(Source records)
====================

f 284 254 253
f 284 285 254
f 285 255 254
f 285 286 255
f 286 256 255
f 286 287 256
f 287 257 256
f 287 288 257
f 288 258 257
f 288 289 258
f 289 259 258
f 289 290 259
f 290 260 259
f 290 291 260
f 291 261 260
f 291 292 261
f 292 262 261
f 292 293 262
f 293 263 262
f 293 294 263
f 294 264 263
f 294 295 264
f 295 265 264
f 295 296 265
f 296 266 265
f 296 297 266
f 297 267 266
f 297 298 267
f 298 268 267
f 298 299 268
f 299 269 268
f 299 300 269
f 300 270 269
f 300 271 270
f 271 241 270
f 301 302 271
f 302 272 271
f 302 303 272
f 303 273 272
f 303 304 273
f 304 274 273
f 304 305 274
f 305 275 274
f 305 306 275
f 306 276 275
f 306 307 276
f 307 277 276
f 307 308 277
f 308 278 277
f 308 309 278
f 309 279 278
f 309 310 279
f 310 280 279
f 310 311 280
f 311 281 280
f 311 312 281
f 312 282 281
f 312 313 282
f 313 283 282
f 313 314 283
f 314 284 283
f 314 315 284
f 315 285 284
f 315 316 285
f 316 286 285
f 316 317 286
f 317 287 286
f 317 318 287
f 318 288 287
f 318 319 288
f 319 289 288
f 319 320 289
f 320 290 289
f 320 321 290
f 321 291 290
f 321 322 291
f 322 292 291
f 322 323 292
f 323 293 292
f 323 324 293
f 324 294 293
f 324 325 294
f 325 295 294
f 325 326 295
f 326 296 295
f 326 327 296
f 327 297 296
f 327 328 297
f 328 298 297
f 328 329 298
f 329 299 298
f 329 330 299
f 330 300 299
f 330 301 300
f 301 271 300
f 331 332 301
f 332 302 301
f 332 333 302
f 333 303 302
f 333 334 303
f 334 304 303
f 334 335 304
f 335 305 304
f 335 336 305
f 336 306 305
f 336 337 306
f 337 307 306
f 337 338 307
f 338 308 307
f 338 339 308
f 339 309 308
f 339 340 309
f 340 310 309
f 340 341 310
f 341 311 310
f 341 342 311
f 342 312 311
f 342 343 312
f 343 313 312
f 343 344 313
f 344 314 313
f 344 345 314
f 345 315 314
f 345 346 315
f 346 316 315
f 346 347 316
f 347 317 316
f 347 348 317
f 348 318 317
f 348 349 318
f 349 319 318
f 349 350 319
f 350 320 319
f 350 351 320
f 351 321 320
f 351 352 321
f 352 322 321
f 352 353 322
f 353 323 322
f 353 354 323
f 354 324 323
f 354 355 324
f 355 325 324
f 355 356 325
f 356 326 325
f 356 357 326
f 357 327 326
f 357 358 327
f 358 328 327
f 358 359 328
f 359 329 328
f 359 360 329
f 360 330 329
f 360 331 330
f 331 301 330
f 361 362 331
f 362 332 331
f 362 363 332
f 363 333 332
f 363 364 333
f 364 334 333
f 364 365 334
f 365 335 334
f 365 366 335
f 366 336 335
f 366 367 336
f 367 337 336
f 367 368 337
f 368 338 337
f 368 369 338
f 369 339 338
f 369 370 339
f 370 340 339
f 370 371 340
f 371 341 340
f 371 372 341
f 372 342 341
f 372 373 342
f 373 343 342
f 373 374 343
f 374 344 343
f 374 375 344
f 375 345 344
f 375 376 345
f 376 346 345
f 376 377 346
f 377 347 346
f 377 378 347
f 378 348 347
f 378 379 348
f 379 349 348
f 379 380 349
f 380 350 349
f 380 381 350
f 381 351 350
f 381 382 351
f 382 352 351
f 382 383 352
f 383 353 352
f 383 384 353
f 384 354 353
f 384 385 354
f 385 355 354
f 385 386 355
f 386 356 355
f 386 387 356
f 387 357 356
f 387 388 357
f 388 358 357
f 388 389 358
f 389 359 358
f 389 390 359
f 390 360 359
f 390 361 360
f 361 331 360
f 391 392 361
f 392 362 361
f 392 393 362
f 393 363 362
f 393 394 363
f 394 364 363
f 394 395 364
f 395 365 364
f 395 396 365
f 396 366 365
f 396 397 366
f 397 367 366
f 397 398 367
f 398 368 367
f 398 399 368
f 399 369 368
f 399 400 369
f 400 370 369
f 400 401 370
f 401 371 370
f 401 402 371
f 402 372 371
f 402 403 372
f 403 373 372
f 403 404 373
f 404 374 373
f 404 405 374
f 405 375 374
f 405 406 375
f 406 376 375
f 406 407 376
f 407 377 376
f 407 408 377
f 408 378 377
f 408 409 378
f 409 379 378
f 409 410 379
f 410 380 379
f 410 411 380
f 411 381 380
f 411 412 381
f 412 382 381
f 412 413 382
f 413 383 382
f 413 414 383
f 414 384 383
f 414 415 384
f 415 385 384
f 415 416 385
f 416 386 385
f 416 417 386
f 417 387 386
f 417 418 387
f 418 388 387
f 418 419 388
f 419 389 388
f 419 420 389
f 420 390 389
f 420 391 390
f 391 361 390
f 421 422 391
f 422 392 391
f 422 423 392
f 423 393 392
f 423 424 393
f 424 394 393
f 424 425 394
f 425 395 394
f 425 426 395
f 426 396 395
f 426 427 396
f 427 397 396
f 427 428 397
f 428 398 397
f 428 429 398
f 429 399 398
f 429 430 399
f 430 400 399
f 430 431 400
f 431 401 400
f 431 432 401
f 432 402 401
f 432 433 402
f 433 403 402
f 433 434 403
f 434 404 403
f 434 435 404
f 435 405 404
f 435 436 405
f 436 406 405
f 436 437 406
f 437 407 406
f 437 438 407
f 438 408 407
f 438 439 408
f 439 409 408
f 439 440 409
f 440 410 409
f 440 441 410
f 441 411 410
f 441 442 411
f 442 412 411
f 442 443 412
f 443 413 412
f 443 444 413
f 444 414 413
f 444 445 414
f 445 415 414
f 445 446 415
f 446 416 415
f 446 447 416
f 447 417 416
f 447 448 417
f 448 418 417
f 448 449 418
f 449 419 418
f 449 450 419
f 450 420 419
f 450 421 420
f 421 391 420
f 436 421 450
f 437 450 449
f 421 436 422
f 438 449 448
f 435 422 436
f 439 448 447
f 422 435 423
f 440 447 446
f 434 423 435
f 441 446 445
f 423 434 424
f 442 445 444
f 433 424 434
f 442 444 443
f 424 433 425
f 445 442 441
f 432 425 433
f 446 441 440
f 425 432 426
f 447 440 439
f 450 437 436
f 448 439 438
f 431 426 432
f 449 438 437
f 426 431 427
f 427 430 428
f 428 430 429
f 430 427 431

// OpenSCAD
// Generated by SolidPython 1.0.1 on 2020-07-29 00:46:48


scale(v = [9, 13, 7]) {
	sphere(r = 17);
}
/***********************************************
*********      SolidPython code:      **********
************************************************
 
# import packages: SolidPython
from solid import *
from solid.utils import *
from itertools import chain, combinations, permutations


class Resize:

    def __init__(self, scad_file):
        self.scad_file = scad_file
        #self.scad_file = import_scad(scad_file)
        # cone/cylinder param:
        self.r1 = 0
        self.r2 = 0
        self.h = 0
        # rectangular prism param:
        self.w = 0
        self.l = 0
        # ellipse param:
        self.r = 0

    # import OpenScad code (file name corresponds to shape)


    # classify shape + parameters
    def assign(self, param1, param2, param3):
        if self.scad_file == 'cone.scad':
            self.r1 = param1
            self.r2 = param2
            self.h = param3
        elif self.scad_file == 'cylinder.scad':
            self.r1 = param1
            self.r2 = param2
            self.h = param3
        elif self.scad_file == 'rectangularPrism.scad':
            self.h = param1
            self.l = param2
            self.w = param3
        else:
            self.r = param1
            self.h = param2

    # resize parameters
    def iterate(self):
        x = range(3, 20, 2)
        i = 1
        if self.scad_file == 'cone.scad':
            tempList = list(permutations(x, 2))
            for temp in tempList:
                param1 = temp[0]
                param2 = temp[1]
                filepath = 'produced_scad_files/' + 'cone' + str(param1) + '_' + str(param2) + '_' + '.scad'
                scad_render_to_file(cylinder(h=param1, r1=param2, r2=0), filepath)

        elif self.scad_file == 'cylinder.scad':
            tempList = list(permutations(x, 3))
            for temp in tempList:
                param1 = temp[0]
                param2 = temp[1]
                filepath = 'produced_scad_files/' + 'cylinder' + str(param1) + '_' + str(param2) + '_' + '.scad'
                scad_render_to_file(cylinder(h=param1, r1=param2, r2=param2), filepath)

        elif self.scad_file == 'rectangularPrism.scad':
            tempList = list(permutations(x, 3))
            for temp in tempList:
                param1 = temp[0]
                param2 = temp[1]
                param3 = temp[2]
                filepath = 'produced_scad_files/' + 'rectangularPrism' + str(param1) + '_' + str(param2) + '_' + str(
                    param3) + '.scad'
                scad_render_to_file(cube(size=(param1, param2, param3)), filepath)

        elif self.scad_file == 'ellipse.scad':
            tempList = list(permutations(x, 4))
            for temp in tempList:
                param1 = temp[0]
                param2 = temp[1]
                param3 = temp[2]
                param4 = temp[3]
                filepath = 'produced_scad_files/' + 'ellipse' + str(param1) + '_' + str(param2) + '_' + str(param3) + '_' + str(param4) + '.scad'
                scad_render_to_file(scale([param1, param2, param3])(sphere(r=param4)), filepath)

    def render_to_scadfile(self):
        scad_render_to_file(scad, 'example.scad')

====================

### PROBLEM
Which of the lines in the data contain the string "parameters"? Return each one.

### TASK OUTPUT
    # classify shape + parameters
    # resize parameters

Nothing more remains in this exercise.